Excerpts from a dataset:
★ ★ ★ ★ ★ ★ ★

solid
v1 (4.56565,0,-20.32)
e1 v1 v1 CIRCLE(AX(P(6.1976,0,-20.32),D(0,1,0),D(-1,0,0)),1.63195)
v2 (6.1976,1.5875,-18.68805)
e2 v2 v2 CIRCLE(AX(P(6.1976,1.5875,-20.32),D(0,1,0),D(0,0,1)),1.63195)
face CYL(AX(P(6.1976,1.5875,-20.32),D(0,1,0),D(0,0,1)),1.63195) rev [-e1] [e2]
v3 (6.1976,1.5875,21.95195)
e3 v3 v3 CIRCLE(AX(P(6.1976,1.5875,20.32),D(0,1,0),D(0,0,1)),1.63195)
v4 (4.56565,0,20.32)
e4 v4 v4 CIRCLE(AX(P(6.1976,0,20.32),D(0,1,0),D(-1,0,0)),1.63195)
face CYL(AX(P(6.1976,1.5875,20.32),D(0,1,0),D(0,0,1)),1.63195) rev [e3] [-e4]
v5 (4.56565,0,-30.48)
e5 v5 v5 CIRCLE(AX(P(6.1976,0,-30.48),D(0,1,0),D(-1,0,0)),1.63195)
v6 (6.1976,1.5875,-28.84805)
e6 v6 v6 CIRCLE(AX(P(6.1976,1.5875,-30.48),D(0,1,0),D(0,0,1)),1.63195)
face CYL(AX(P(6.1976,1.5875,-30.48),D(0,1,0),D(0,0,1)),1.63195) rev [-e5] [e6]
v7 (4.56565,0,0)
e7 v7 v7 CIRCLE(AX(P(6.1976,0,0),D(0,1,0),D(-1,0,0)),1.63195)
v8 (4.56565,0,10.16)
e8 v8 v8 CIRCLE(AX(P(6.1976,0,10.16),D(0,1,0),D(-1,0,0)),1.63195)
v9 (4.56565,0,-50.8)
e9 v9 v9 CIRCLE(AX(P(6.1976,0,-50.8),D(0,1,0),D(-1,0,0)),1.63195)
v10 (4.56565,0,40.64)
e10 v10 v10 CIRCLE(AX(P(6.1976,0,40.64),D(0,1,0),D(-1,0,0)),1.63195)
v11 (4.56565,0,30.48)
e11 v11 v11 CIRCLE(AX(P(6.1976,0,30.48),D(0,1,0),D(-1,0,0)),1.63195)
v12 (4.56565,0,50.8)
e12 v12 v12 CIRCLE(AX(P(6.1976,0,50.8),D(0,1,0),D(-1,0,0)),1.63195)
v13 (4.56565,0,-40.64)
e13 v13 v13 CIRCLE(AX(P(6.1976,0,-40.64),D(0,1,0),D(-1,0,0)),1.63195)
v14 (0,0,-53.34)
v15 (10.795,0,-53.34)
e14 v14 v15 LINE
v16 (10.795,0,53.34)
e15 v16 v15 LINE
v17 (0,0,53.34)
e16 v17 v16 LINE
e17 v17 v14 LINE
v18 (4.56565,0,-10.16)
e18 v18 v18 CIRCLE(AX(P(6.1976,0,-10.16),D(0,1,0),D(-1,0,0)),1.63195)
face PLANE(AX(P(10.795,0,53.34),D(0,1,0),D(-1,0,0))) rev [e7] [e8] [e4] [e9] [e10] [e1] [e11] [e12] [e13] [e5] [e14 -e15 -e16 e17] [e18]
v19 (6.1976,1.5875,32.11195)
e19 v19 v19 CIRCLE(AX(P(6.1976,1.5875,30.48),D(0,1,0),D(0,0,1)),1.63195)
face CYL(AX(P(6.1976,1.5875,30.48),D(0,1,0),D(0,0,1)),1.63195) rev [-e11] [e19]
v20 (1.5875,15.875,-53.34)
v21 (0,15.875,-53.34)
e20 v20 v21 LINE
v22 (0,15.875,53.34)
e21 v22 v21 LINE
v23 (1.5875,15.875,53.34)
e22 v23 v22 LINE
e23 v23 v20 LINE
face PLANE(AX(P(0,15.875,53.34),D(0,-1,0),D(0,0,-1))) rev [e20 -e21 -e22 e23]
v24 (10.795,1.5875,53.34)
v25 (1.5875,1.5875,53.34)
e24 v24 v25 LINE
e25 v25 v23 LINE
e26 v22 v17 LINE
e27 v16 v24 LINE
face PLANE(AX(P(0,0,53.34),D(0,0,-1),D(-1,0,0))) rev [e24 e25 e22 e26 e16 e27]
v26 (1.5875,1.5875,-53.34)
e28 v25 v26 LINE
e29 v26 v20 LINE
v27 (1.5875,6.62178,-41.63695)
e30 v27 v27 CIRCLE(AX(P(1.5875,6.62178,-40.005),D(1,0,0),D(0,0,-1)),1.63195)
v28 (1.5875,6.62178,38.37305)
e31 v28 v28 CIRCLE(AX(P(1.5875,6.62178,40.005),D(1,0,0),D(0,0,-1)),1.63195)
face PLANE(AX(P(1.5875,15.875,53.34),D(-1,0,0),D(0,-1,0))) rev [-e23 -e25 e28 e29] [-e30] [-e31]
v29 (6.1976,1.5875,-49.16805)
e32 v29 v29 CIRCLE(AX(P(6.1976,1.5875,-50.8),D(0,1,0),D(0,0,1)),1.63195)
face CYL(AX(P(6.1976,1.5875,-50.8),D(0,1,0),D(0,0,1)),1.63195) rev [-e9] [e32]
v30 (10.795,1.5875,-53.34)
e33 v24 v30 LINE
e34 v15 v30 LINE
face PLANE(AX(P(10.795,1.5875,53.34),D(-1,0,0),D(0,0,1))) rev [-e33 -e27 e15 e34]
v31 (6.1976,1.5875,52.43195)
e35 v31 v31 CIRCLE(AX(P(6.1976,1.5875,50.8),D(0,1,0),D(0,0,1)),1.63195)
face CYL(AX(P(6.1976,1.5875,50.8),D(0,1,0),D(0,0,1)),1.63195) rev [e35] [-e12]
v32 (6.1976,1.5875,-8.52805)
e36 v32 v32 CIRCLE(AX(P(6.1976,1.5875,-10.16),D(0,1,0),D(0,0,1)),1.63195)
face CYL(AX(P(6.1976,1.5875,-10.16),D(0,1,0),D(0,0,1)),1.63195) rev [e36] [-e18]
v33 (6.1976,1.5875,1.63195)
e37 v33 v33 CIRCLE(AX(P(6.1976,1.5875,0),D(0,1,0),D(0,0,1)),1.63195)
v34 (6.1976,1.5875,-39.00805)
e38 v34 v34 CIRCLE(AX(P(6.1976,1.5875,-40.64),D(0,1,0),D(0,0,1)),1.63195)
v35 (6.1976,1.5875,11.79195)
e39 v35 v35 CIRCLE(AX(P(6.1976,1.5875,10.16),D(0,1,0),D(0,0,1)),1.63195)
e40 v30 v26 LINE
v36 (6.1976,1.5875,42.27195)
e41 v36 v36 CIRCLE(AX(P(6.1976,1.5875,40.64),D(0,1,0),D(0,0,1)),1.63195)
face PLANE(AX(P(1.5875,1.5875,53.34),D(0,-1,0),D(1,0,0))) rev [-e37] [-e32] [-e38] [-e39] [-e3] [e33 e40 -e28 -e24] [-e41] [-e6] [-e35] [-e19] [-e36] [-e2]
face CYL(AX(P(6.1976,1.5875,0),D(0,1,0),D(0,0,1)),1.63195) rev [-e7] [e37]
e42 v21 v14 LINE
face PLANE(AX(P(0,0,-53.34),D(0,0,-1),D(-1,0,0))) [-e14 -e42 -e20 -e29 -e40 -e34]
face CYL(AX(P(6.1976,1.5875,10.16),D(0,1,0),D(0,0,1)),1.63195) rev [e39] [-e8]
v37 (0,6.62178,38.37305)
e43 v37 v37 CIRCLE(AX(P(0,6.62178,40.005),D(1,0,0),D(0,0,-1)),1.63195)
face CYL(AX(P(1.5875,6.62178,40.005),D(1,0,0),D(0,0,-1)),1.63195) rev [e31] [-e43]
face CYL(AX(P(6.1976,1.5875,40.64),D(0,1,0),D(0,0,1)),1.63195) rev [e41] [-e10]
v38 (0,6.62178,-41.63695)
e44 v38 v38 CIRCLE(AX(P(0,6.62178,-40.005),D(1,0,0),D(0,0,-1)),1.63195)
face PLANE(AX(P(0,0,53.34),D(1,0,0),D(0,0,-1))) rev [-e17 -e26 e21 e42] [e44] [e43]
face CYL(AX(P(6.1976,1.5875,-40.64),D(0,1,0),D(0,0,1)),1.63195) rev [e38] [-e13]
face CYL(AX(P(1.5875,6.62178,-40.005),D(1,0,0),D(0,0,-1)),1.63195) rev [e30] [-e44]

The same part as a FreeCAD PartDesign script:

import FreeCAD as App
import Part
import Sketcher

V = App.Vector
Q = App.Units.Quantity

doc = App.newDocument("Part")
params = doc.addObject("Spreadsheet::Sheet", "Params")
for row, (alias, value) in enumerate([
    ("sketch1_width", "0.425 in"),
    ("sketch1_width2", "0.0625 in"),
    ("sketch1_height", "0.625 in"),
    ("pad1_length", "4.2 in"),
    ("sketch2_width", "0.6 in"),
    ("groove_angle", "360 deg"),
    ("linearpattern_pitch", "0.4 in"),
    ("linearpattern2_pitch", "0.4 in"),
    ("hole_diameter", "0.1285 in"),
    ("hole_depth", "0.6 in"),
], start=1):
    params.set(f"A{row}", alias)
    params.set(f"B{row}", "=" + value)
    params.setAlias(f"B{row}", alias)

body = doc.addObject("PartDesign::Body", "Body")

sketch1 = doc.addObject("Sketcher::SketchObject", "Sketch")
body.addObject(sketch1)
sketch1.AttachmentSupport = (doc.XY_Plane, [""])
sketch1.MapMode = "FlatFace"
sketch1.addGeometry([
    Part.LineSegment(V(0, 15.9, 0), V(0, 0, 0)),
    Part.LineSegment(V(0, 0, 0), V(10.8, 0, 0)),
    Part.LineSegment(V(10.8, 0, 0), V(10.8, 1.6, 0)),
    Part.LineSegment(V(10.8, 1.6, 0), V(1.6, 1.6, 0)),
    Part.LineSegment(V(1.6, 1.6, 0), V(1.6, 15.9, 0)),
    Part.LineSegment(V(1.6, 15.9, 0), V(0, 15.9, 0)),
], False)
sketch1.addConstraint([
    Sketcher.Constraint("Coincident", 0, 2, 1, 1),
    Sketcher.Constraint("Coincident", 1, 2, 2, 1),
    Sketcher.Constraint("Coincident", 2, 2, 3, 1),
    Sketcher.Constraint("Coincident", 3, 2, 4, 1),
    Sketcher.Constraint("Coincident", 4, 2, 5, 1),
    Sketcher.Constraint("Coincident", 5, 2, 0, 1),
    Sketcher.Constraint("Vertical", 0),
    Sketcher.Constraint("Horizontal", 1),
    Sketcher.Constraint("Vertical", 2),
    Sketcher.Constraint("Horizontal", 3),
    Sketcher.Constraint("Vertical", 4),
    Sketcher.Constraint("Horizontal", 5),
    Sketcher.Constraint("Coincident", 0, 2, -1, 1),
    Sketcher.Constraint("Equal", 5, 2),
    Sketcher.Constraint("DistanceX", 1, 1, 1, 2, Q("0.425 in")),
    Sketcher.Constraint("DistanceX", 5, 2, 5, 1, Q("0.0625 in")),
    Sketcher.Constraint("DistanceY", 0, 2, 0, 1, Q("0.625 in")),
])
sketch1.setExpression("Constraints[14]", "Params.sketch1_width")
sketch1.setExpression("Constraints[15]", "Params.sketch1_width2")
sketch1.setExpression("Constraints[16]", "Params.sketch1_height")
pad1 = doc.addObject("PartDesign::Pad", "Pad")
body.addObject(pad1)
pad1.Profile = sketch1
pad1.setExpression("Length", "Params.pad1_length")
pad1.Midplane = True

sketch2 = doc.addObject("Sketcher::SketchObject", "Sketch001")
body.addObject(sketch2)
sketch2.AttachmentSupport = (doc.YZ_Plane, [""])
sketch2.MapMode = "FlatFace"
sketch2.AttachmentOffset = App.Placement(V(0, 0, 0.244 * 25.4), App.Rotation())
sketch2.addGeometry([
    Part.LineSegment(V(-14.6, 0, 0), V(1.6, 0, 0)),
    Part.LineSegment(V(1.6, 0, 0), V(1.6, 1.6, 0)),
    Part.LineSegment(V(1.6, 1.6, 0), V(-13.7, 1.6, 0)),
    Part.LineSegment(V(-13.7, 1.6, 0), V(-14.6, 0, 0)),
], False)
sketch2.addConstraint([
    Sketcher.Constraint("Coincident", 0, 2, 1, 1),
    Sketcher.Constraint("Coincident", 1, 2, 2, 1),
    Sketcher.Constraint("Coincident", 2, 2, 3, 1),
    Sketcher.Constraint("Coincident", 3, 2, 0, 1),
    Sketcher.Constraint("Horizontal", 0),
    Sketcher.Constraint("Vertical", 1),
    Sketcher.Constraint("Horizontal", 2),
    Sketcher.Constraint("PointOnObject", 0, 2, -1),
    Sketcher.Constraint("DistanceX", 2, 2, 2, 1, Q("0.6 in")),
    Sketcher.Constraint("Angle", 3, Q("-121 deg")),
    Sketcher.Constraint("DistanceX", -1, 1, 0, 2, Q("0.0625 in")),
    Sketcher.Constraint("DistanceY", 1, 1, 1, 2, 1.63195),
])
sketch2.setExpression("Constraints[8]", "Params.sketch2_width")
groove = doc.addObject("PartDesign::Groove", "Groove")
body.addObject(groove)
groove.Profile = sketch2
groove.ReferenceAxis = (sketch2, ["H_Axis"])
groove.setExpression("Angle", "Params.groove_angle")
doc.recompute()

linearpattern = doc.addObject("PartDesign::LinearPattern", "LinearPattern")
body.addObject(linearpattern)
linearpattern.Originals = [groove]
linearpattern.Direction = (doc.Z_Axis, [""])
linearpattern.Mode = "offset"
linearpattern.setExpression("Offset", "Params.linearpattern_pitch")
linearpattern.Occurrences = 6
body.Tip = linearpattern
doc.recompute()

linearpattern2 = doc.addObject("PartDesign::LinearPattern", "LinearPattern001")
body.addObject(linearpattern2)
linearpattern2.Originals = [groove]
linearpattern2.Direction = (doc.Z_Axis, [""])
linearpattern2.Mode = "offset"
linearpattern2.setExpression("Offset", "Params.linearpattern2_pitch")
linearpattern2.Occurrences = 6
linearpattern2.Reversed = True
body.Tip = linearpattern2

sketch3 = doc.addObject("Sketcher::SketchObject", "Sketch002")
body.addObject(sketch3)
sketch3.AttachmentSupport = (doc.YZ_Plane, [""])
sketch3.MapMode = "FlatFace"
sketch3.AttachmentOffset = App.Placement(V(0, 0, 0.0625 * 25.4), App.Rotation())
sketch3.addGeometry([
    Part.Circle(V(6.6, -40, 0), V(0, 0, 1), 1.6),
    Part.Circle(V(6.6, 40, 0), V(0, 0, 1), 1.6),
], False)
sketch3.addConstraint([
    Sketcher.Constraint("Equal", 0, 1),
    Sketcher.Constraint("Symmetric", 0, 3, 1, 3, -1),
    Sketcher.Constraint("Diameter", 0, Q("0.1285 in")),
    Sketcher.Constraint("DistanceY", 0, 3, 1, 3, Q("3.15 in")),
    Sketcher.Constraint("DistanceX", -1, 1, 0, 3, Q("0.2607 in")),
])
doc.recompute()
hole = doc.addObject("PartDesign::Hole", "Hole")
body.addObject(hole)
hole.Profile = sketch3
hole.ThreadType = "None"
hole.setExpression("Diameter", "Params.hole_diameter")
hole.DepthType = "Dimension"
hole.setExpression("Depth", "Params.hole_depth")
hole.DrillPoint = "Angled"
hole.DrillPointAngle = 118

doc.recompute()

★ ★ ★ ★ ★ ★ ★

* **Work item**
Starting at the first line of the records above, please copy each line exactly until you reach the line containing "v5 v5 CIRCLE(AX(P(6.1976,0,-30.48),D(0,1,0),D(-1,0,0)),1.63195)". Include that line and stop there.

* **Task solution**
solid
v1 (4.56565,0,-20.32)
e1 v1 v1 CIRCLE(AX(P(6.1976,0,-20.32),D(0,1,0),D(-1,0,0)),1.63195)
v2 (6.1976,1.5875,-18.68805)
e2 v2 v2 CIRCLE(AX(P(6.1976,1.5875,-20.32),D(0,1,0),D(0,0,1)),1.63195)
face CYL(AX(P(6.1976,1.5875,-20.32),D(0,1,0),D(0,0,1)),1.63195) rev [-e1] [e2]
v3 (6.1976,1.5875,21.95195)
e3 v3 v3 CIRCLE(AX(P(6.1976,1.5875,20.32),D(0,1,0),D(0,0,1)),1.63195)
v4 (4.56565,0,20.32)
e4 v4 v4 CIRCLE(AX(P(6.1976,0,20.32),D(0,1,0),D(-1,0,0)),1.63195)
face CYL(AX(P(6.1976,1.5875,20.32),D(0,1,0),D(0,0,1)),1.63195) rev [e3] [-e4]
v5 (4.56565,0,-30.48)
e5 v5 v5 CIRCLE(AX(P(6.1976,0,-30.48),D(0,1,0),D(-1,0,0)),1.63195)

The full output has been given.